Thoughts from the Yellow Meeple:- Project: ELITE

Game: Project: ELITE

Publisher: Artipia GamesCMON Limited

Designer:  Konstantinos KokkinisMarco Portugal, and Sotirios Tsantilas

Year: 2020


Project: ELITE was originally published by Artipia Games, and perhaps wasn't on too many people's radar until Tom Vasel, of the Dice Tower, named it as his number one game of all time. That certainly put it on my radar, since real-time cooperative games are a favourite for the two of us. The game was picked up by CMON games who brought it to Kickstarter with huge amounts of expansion content and, quite importantly for many people, upgraded miniatures.

Players are members of the ELITE squad , working together to stop an invading force of aliens. Working in real-time, the games progresses as a series of two-minute combat rounds, where frantic dice rolling is your only option. Hoards upon hoards of new aliens will arrive each turn, but as you get slightly more powerful over time, you stand a good chance of obliterating them and completing your mission objectives.

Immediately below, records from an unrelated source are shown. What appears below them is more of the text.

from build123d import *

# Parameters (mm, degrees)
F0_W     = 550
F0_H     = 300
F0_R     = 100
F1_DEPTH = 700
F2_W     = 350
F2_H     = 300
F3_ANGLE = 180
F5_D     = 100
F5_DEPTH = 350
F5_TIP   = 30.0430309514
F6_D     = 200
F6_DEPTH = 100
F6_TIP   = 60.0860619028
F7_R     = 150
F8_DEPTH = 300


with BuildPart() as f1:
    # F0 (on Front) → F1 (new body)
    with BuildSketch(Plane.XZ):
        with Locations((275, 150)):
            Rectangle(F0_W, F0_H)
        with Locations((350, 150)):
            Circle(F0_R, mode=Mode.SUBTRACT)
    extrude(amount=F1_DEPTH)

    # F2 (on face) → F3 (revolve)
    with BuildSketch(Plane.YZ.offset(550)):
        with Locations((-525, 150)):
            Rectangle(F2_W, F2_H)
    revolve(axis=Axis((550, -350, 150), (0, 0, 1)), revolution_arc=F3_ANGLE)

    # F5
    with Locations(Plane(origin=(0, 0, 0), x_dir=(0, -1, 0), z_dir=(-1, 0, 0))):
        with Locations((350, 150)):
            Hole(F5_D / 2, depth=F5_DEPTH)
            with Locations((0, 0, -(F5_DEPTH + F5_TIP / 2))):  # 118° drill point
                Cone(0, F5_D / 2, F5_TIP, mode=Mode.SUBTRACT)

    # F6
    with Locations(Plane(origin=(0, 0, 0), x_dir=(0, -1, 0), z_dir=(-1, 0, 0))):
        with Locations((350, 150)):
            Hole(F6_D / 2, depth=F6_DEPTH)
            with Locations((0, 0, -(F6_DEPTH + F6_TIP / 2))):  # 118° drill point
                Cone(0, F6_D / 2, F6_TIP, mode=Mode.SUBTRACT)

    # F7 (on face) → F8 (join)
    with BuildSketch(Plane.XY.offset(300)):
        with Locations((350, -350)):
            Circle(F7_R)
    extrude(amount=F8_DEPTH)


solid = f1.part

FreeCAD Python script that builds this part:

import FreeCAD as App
import Part
import Sketcher
Q = App.Units.Quantity


def add_polygon(sketch, points):
    """Adds a closed chain of lines whose ends are joined by coincident constraints."""
    first, n = sketch.GeometryCount, len(points)
    for a, b in zip(points, points[1:] + points[:1]):
        sketch.addGeometry(Part.LineSegment(App.Vector(*a, 0), App.Vector(*b, 0)), False)
    for i in range(n):
        sketch.addConstraint(Sketcher.Constraint("Coincident", first + i, 2, first + (i + 1) % n, 1))

doc = App.newDocument("Part")
body = doc.addObject("PartDesign::Body", "Body")

# Sketch on XZ plane
sketch1 = doc.addObject("Sketcher::SketchObject", "Sketch")
body.addObject(sketch1)
sketch1.AttachmentSupport = (doc.XZ_Plane, [""])
sketch1.MapMode = "FlatFace"
add_polygon(sketch1, [(0, 300), (0, 0), (550, 0), (550, 300)])  # lines 0-3
sketch1.addGeometry(Part.Circle(App.Vector(350, 150, 0), App.Vector(0, 0, 1), 100), False)  # 4
sketch1.addConstraint([
    Sketcher.Constraint("Vertical", 0),
    Sketcher.Constraint("Horizontal", 1),
    Sketcher.Constraint("Vertical", 2),
    Sketcher.Constraint("Horizontal", 3),
    Sketcher.Constraint("Coincident", 0, 2, -1, 1),
    Sketcher.Constraint("Diameter", 4, Q("200 mm")),
    Sketcher.Constraint("DistanceX", 1, 1, 1, 2, Q("550 mm")),
    Sketcher.Constraint("DistanceY", 0, 2, 0, 1, Q("300 mm")),
    Sketcher.Constraint("DistanceX", -1, 1, 4, 3, Q("350 mm")),
    Sketcher.Constraint("DistanceY", -1, 1, 4, 3, Q("150 mm")),
])
pad1 = doc.addObject("PartDesign::Pad", "Pad")
body.addObject(pad1)
pad1.Profile = sketch1
pad1.Length = 700

# Sketch on YZ plane
sketch2 = doc.addObject("Sketcher::SketchObject", "Sketch001")
body.addObject(sketch2)
sketch2.AttachmentSupport = (doc.YZ_Plane, [""])
sketch2.MapMode = "FlatFace"
sketch2.AttachmentOffset = App.Placement(App.Vector(0, 0, 550), App.Rotation())
add_polygon(sketch2, [(-700, 300), (-700, 0), (-350, 0), (-350, 300)])  # lines 0-3
sketch2.addGeometry(Part.LineSegment(App.Vector(-350, 0, 0), App.Vector(-350, 300, 0)), True)  # axis
sketch2.addConstraint([
    Sketcher.Constraint("Vertical", 0),
    Sketcher.Constraint("Horizontal", 1),
    Sketcher.Constraint("Vertical", 2),
    Sketcher.Constraint("Horizontal", 3),
    Sketcher.Constraint("Vertical", 4),
    Sketcher.Constraint("Coincident", 4, 1, 1, 2),
    Sketcher.Constraint("PointOnObject", 0, 2, -1),
    Sketcher.Constraint("Horizontal", 3, 2, 4, 2),
    Sketcher.Constraint("DistanceX", 1, 1, 1, 2, Q("350 mm")),
    Sketcher.Constraint("DistanceY", 0, 2, 0, 1, Q("300 mm")),
    Sketcher.Constraint("DistanceX", 0, 2, -1, 1, Q("700 mm")),
])
revolution = doc.addObject("PartDesign::Revolution", "Revolution")
body.addObject(revolution)
revolution.Profile = sketch2
revolution.ReferenceAxis = (sketch2, ["Axis0"])
revolution.Angle = 180

# Sketch on YZ plane
sketch3 = doc.addObject("Sketcher::SketchObject", "Sketch002")
body.addObject(sketch3)
sketch3.AttachmentSupport = (doc.YZ_Plane, [""])
sketch3.MapMode = "FlatFace"
sketch3.addGeometry(Part.Circle(App.Vector(-350, 150, 0), App.Vector(0, 0, 1), 50), False)
sketch3.addConstraint([
    Sketcher.Constraint("Diameter", 0, Q("100 mm")),
    Sketcher.Constraint("DistanceX", 0, 3, -1, 1, Q("350 mm")),
    Sketcher.Constraint("DistanceY", -1, 1, 0, 3, Q("150 mm")),
])
doc.recompute()
hole = doc.addObject("PartDesign::Hole", "Hole")
body.addObject(hole)
hole.Profile = sketch3
hole.ThreadType = "None"
hole.Diameter = 100
hole.DepthType = "Dimension"
hole.Depth = 350
hole.DrillPoint = "Angled"
hole.DrillPointAngle = 118
hole.Reversed = True

# Sketch on YZ plane
sketch4 = doc.addObject("Sketcher::SketchObject", "Sketch003")
body.addObject(sketch4)
sketch4.AttachmentSupport = (doc.YZ_Plane, [""])
sketch4.MapMode = "FlatFace"
sketch4.addGeometry(Part.Circle(App.Vector(-350, 150, 0), App.Vector(0, 0, 1), 100), False)
sketch4.addConstraint([
    Sketcher.Constraint("Diameter", 0, Q("200 mm")),
    Sketcher.Constraint("DistanceX", 0, 3, -1, 1, Q("350 mm")),
    Sketcher.Constraint("DistanceY", -1, 1, 0, 3, Q("150 mm")),
])
doc.recompute()
hole2 = doc.addObject("PartDesign::Hole", "Hole001")
body.addObject(hole2)
hole2.Profile = sketch4
hole2.ThreadType = "None"
hole2.Diameter = 200
hole2.DepthType = "Dimension"
hole2.Depth = 100
hole2.DrillPoint = "Angled"
hole2.DrillPointAngle = 118
hole2.Reversed = True

# Sketch on XY plane
sketch5 = doc.addObject("Sketcher::SketchObject", "Sketch004")
body.addObject(sketch5)
sketch5.AttachmentSupport = (doc.XY_Plane, [""])
sketch5.MapMode = "FlatFace"
sketch5.AttachmentOffset = App.Placement(App.Vector(0, 0, 300), App.Rotation())
sketch5.addGeometry(Part.Circle(App.Vector(350, -350, 0), App.Vector(0, 0, 1), 150), False)
sketch5.addConstraint([
    Sketcher.Constraint("Diameter", 0, Q("300 mm")),
    Sketcher.Constraint("DistanceX", -1, 1, 0, 3, Q("350 mm")),
    Sketcher.Constraint("DistanceY", 0, 3, -1, 1, Q("350 mm")),
])
pad2 = doc.addObject("PartDesign::Pad", "Pad001")
body.addObject(pad2)
pad2.Profile = sketch5
pad2.Length = 300

doc.recompute()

Project: ELITE plays with a time limit of a fixed number of rounds depending on the difficultly you select. In each round, the spawn deck will randomly generate a certain number of type of aliens at different spawning points, and you might also have a larger, boss-type alien appear. Once spawning is complete, you enter the real-time phase, where each player rolls their four action dice repeatedly for two minutes. With every roll, you might get movement for your player character, or movement for the aliens. All dice faces can be ignored if you don't wish to use them, but you must assign alien movement each time it's rolled. Sometimes that alien movement can be helpful, bringing someone in range of your weapons, but other times the aliens will be advancing closer and closer to your starting base, and if one breaks in, then you will lose. The other dice faces can be used for searching for gear, charging up your character's weapons, or sometimes interacting and assigning dice to one of your objectives.

You can roll dice A LOT of times in two-minutes, which certainly does a great deal to mitigate the chances of getting a bad roll. That means that you feel confident to make a plan before the start of every times phase. With experience you'll get better at making your plan realistic - you can probably each kill about 5 aliens in a 2-minute timed phase, and perhaps hope to work together to complete one objective towards the end of the phase, because the objectives lock your dice for the rest of the round. I'm often not good at tactical movement games, but make them cooperative and all of a sudden I'm immersed in the idea of how we're going to best collectively take on different urgent issues around the board - I get really into the idea of dividing and conquering!


Project: ELITE is, by it's a very nature, a fast game. It will likely take no more than 20 minutes. So far, on easy and medium difficulty, we've won quite handily and not taken the full number of allowed rounds to do so. Having said that we're a well oiled machine when it comes to real time co-ops. When people complained that Kitchen Rush was too difficult, we were gearing up to play on hard mode and excited for an expansion to up the difficulty. Our familiarity and ability to communicate and work together quickly is what makes me want to be very insular and only play real-time co-ops with Amy. There's certainly people out there who don't gel well with real-time, unable to make quick decisions, or getting too stressed out by the experience. Project: ELITE won't change your mind - it's made to suit a certain audience.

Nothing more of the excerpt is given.